Explaining the dedicated-reserve approach, he said the industry needs “to think about insurance the way the typical insured does.” For example, he noted, a Long Island homeowner who has paid premiums to Allstate for years without a claim thinks Allstate has “a bucket of money with his name on it” to draw from his accumulated premiums when the big one does strike his house.

That insured doesn't understand that at the end of every year, “this capital goes elsewhere, because the tax code forces it to go elsewhere,” Mr. Mills noted.

“Why not enable the industry to invest some of that money so…actual premium dollars paid [are] invested” and funds remain dedicated for mega-catastrophes, Mr. Mills said, stressing that appropriate controls and tax accounting laws would need to be put in place to guard against insurers moving the money around.

Allstate's Mr. Collins responded that “we agree we shouldn't have the taxpayers as the source of funding” solutions to natural catastrophe issues.

But without backstops, he said taxpayers will continue to be drawn into what he termed “the Air Force One” plan that operated after Hurricane Katrina–referring to President Bush's flyover to survey damage in the impacted area after the storm. “Air Force One went airborne, pulled the lever and $110 billion came out. You hope it gets to the right people,” he said.

“This program [ProtectingAmerica] is about the private market,” Mr. Collins added. “It does not eliminate private reinsurance. It adds capacity.” He said while “people that live on the beach need to pay all the costs associated with living on the beach…they don't have to be exposed to the skyrocketing, escalating [insurance] costs that we see after events.”

Mr. Nelson said the federal reinsurance mechanism of Travelers' proposal attacks the affordability issue.

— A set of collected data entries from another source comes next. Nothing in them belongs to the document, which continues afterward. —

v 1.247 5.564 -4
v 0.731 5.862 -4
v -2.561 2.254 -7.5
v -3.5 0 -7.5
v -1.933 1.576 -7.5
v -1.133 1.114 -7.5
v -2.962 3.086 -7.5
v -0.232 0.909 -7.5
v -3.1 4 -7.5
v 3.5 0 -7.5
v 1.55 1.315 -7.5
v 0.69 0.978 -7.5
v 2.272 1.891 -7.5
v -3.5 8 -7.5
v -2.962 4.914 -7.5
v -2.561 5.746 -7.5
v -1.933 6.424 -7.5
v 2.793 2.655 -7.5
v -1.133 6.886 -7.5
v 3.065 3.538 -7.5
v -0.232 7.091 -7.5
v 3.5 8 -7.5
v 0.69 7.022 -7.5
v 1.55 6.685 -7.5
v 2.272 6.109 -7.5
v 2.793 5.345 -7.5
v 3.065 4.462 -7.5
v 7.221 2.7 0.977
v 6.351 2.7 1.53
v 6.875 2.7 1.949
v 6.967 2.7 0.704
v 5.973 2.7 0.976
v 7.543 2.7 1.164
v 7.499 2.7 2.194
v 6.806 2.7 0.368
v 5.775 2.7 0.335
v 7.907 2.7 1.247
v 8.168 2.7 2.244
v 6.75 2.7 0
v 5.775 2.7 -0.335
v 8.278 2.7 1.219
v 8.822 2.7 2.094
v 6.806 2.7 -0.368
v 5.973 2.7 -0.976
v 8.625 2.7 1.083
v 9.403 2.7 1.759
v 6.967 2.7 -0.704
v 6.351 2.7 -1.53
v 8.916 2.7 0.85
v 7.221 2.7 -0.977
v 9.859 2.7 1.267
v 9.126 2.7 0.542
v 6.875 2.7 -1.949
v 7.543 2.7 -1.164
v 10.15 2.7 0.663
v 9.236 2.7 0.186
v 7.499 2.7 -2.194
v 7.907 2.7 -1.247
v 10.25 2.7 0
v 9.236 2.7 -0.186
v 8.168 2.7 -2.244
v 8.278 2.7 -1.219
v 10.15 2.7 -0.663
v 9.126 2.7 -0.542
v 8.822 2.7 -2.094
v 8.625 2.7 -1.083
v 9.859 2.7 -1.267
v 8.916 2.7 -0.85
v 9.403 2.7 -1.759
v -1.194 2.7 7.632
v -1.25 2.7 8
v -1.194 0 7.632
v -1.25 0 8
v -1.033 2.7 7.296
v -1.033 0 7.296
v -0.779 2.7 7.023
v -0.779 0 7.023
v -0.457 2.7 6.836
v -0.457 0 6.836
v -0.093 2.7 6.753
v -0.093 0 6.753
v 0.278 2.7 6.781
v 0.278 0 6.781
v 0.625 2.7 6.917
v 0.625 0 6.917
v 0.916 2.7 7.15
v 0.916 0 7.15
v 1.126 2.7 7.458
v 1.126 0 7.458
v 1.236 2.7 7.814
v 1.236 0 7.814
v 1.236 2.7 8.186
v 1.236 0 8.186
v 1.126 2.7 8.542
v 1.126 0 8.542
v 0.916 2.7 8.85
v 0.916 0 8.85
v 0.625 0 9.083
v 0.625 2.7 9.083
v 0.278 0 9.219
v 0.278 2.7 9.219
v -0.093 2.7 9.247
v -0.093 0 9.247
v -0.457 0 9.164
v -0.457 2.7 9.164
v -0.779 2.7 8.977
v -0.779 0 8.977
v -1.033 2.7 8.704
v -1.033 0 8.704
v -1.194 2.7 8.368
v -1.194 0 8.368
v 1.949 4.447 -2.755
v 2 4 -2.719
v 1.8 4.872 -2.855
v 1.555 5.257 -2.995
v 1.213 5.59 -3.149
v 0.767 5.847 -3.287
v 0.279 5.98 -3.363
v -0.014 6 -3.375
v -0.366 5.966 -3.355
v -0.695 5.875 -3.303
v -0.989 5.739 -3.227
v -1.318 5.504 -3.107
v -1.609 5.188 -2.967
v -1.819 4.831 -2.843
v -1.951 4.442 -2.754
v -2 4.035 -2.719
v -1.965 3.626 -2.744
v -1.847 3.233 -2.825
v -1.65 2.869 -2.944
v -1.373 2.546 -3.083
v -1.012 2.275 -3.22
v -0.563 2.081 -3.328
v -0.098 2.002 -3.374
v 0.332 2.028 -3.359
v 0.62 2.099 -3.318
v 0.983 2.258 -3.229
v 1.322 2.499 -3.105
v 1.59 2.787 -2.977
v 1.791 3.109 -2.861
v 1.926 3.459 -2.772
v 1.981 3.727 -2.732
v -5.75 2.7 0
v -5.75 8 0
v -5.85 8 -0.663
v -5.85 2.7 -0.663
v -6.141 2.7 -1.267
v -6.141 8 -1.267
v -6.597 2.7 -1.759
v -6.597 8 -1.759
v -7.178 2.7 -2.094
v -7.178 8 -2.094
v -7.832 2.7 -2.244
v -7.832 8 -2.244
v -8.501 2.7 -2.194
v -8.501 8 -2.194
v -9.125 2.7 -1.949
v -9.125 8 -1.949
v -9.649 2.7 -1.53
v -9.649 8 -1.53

He explained that most carriers don't buy reinsurance for really extreme events–for hurricanes with losses that are multiples of Hurricane Katrina's losses–suggesting that having reinsurance available from the federal government would stabilize the market.

Insurers would give up a portion of profits to pay premiums to the federal government, which would be based on loss costs and expenses, he said, adding that unlike private reinsurers, the federal government wouldn't require a profit provision in the premium.

Travelers' proposal also calls for the creation of four zones–the Gulf, Florida, Southeast and Northeast–with the federal government providing rate and underwriting regulation within these zones.

“The basic tenet of insurance is really looking at homogeneous risks,” Mr. Nelson said, explaining the need for the federal government to create a more stable regulatory environment across states lines in areas where hurricane risks are similar.